Dead by Daylight developer Behavior Interactive has revealed its next game: Meet Your Maker.
It’s a first-person build-assault game that takes place in a post-apocalyptic hellish wasteland, with players building towering booby-trapped industrial outposts to protect genetic material, then infiltrating others’ outposts to steal the precious resource.
It certainly feels like a departure from the popular multiplayer horror game, both in its genre and aesthetic. But there are more similarities than you think.
For starters, Meet Your Maker has a bit of a horror undertone, albeit now in sci-fi. It is set in a desolate world filled with brutal, imposing structures and genetically mutated guards – a bleak future that could mirror our own, ravaged by disease and global warming.
But really, it’s the asynchronous multiplayer aspect of Meet Your Maker that feels inherently behavioral. The game is divided into two halves, with players building their own outposts for others to raid and raiding outposts themselves. Both can be done cooperatively with friends.
Let’s start with the construction. This is done in first person, by flying or walking around structures and placing large blocks in a grid system.
At the core of each outpost is the genetic material, or genmat as Behavior calls it, and there’s a little harvesting robot that must always have a path to the genmat from the outside. Players must strengthen this path, creating whatever structures they want and covering them with props (visual props, sometimes animated) and decals (essentially paint).
Next comes filling the structure with traps: arrow traps, incinerators, caustic waste buckets, bomb ejectors, and more.
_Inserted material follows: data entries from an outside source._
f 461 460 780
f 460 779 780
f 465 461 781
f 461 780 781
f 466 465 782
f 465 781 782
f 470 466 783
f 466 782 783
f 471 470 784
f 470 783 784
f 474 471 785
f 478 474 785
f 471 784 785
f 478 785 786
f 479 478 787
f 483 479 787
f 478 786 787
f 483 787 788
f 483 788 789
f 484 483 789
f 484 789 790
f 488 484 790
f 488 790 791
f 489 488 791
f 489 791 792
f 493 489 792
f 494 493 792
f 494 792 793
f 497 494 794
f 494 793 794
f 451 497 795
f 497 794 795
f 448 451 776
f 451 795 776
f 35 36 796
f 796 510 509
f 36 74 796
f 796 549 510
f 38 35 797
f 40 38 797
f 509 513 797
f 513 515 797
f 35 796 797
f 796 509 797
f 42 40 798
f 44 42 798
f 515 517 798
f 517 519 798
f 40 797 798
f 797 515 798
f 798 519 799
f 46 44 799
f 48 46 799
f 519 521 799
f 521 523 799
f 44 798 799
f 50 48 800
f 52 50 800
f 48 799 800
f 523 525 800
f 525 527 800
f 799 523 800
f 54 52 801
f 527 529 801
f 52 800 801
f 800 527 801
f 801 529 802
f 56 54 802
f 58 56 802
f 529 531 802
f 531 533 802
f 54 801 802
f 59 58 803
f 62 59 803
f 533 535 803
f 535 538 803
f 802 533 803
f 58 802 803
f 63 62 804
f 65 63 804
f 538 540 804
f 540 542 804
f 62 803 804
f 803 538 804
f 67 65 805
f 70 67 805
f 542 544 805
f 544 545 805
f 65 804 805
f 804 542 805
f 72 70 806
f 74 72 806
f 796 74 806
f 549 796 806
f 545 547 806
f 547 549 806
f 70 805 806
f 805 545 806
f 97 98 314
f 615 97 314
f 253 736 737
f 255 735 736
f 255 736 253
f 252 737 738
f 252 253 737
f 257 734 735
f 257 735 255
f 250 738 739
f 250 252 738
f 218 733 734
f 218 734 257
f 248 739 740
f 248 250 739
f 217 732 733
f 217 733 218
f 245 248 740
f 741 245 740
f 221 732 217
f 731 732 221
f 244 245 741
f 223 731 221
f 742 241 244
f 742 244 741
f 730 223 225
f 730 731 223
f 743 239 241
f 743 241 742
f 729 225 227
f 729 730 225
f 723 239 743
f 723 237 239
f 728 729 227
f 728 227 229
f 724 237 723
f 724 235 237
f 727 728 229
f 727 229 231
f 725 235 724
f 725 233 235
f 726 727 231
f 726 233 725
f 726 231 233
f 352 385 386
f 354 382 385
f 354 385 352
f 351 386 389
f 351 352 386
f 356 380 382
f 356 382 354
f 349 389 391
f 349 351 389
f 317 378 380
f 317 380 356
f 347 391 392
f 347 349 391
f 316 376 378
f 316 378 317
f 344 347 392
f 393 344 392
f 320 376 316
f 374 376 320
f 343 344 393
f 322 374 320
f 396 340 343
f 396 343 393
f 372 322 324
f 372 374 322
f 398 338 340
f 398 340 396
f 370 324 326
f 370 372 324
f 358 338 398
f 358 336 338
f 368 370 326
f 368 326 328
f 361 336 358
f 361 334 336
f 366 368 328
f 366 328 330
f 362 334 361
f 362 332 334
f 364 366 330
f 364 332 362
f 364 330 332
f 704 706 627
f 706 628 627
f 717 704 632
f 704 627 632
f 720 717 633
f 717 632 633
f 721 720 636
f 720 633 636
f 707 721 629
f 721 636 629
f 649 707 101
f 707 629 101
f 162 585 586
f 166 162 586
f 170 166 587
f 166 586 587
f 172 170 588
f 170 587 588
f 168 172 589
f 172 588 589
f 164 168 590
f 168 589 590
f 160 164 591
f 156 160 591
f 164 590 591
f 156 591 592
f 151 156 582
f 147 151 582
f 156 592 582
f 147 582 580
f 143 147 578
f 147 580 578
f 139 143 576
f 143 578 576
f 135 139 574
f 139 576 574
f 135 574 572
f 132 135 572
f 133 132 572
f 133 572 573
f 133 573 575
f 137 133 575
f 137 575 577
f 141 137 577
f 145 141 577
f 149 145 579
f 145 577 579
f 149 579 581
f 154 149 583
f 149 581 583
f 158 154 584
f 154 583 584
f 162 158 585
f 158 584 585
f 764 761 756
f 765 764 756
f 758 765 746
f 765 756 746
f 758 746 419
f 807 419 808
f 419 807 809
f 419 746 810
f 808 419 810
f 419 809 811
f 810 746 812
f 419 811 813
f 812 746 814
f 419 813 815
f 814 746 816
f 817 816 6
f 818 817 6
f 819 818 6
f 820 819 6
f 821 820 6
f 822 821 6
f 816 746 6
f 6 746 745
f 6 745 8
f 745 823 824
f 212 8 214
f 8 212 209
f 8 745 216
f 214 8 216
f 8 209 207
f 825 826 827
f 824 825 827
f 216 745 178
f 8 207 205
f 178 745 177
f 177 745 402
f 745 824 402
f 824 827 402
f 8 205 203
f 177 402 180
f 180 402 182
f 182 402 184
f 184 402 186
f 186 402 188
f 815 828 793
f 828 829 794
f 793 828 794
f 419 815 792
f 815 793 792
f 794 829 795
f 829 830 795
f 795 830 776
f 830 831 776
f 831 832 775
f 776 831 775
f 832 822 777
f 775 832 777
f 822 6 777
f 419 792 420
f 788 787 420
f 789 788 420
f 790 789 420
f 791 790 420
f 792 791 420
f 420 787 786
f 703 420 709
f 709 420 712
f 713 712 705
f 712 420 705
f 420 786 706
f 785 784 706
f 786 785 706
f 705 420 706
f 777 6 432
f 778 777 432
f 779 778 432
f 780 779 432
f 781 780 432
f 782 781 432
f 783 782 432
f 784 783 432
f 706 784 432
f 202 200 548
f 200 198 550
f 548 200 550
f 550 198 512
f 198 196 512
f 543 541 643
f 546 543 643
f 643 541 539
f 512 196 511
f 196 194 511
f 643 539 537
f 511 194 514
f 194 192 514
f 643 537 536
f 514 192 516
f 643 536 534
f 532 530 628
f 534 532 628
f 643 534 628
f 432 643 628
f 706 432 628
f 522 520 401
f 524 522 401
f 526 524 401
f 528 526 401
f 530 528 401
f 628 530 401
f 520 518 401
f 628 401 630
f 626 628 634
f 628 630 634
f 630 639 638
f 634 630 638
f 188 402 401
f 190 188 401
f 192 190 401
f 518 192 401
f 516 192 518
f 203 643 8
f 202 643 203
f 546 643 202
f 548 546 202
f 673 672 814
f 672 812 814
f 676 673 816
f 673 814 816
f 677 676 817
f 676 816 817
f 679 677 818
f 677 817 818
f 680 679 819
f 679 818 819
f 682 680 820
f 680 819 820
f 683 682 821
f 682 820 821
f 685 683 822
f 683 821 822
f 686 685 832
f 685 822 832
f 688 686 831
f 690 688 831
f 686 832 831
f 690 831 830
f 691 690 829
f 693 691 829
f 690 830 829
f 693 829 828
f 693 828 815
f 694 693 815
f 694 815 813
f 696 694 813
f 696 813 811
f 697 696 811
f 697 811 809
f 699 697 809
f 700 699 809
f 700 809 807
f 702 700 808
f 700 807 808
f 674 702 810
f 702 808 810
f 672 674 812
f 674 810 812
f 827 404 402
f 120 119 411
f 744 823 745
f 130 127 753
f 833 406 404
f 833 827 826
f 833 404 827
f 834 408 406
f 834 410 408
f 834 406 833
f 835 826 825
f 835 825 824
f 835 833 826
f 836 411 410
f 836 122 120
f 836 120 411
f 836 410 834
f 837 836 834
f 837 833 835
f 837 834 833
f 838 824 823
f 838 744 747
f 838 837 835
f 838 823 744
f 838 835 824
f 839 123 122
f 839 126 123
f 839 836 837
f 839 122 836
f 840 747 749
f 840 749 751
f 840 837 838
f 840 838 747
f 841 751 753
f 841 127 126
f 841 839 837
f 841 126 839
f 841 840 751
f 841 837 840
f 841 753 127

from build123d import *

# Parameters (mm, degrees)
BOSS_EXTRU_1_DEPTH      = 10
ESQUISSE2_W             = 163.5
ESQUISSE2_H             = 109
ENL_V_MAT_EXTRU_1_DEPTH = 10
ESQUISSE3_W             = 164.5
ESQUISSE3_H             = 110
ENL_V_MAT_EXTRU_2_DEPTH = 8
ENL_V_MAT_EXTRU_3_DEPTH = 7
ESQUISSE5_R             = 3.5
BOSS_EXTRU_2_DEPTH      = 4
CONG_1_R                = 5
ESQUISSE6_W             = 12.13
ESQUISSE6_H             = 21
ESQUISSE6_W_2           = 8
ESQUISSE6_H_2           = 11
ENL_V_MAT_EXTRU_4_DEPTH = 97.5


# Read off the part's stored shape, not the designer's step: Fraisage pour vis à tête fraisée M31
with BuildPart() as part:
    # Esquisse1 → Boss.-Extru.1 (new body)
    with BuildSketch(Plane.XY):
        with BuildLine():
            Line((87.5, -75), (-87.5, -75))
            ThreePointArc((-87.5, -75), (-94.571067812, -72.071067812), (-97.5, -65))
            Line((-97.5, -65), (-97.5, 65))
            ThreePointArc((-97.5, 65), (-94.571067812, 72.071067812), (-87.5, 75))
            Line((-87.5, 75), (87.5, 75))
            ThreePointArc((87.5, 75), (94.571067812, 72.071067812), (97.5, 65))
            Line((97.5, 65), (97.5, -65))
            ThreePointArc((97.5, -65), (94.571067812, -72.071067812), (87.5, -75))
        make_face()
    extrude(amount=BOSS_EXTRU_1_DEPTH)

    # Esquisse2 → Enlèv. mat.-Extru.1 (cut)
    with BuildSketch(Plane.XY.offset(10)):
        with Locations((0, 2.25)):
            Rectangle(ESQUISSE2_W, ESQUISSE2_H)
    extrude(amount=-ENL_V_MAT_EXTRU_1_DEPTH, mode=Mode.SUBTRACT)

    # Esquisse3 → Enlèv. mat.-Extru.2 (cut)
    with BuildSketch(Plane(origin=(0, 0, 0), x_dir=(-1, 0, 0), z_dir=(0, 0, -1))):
Multiple guards can also be placed and their patrol routes recorded directly by the player, for both ground guards and flying units. Of course, all this has limits to maintain a certain balance.
When everything is ready, players can test and then upload their creations for others to try to infiltrate. The behavior emphasizes that building is an iterative process, which means watching videos (in first and third person) of players attacking your outposts and then editing and rebuilding them later, making them more deadly over time.
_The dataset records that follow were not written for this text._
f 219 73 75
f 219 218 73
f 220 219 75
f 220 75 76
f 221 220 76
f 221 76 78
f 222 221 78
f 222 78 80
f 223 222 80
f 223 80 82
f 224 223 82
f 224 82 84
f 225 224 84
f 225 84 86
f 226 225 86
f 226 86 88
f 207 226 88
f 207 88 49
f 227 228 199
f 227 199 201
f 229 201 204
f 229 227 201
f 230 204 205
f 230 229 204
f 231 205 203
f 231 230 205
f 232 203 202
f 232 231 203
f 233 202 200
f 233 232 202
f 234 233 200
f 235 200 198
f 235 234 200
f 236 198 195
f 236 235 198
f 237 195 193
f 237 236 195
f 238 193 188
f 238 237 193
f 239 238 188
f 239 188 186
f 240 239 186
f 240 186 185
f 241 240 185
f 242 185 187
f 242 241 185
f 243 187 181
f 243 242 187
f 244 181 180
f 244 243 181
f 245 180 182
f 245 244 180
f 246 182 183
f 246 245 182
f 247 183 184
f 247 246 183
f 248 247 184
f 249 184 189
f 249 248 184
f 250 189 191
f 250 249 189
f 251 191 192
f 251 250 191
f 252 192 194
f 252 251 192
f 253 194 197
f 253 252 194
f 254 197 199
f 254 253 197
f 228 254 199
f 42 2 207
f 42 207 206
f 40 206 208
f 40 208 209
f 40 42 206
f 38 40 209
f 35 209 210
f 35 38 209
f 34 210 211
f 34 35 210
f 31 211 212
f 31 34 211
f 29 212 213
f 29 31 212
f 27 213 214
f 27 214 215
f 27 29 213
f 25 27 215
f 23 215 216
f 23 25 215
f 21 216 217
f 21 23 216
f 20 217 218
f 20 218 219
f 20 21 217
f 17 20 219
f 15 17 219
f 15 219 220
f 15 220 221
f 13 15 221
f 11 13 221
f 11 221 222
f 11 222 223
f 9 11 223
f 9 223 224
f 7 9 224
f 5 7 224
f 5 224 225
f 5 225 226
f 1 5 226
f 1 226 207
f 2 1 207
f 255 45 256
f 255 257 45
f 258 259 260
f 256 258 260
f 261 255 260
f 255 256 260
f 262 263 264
The behavior ensures that there will be moderation to ensure that nothing adverse is built. Players can give feedback on builds and mark them for deletion, something the team will be involved with at first.
The other face is assaulting others. This works much like other first-person shooters, with two weapons available (a harpoon with limited ammo that must be salvaged, and a melee weapon), consumable grenades, and a grappling hook for added maneuverability. Players must grab the genmat and make it out alive. One hit and you’re dead.
Of course, you can try it as many times as you want. And with knowledge comes speed. Just don’t get cocky: the game is already designed to be a challenge, despite the brutal creations of the players.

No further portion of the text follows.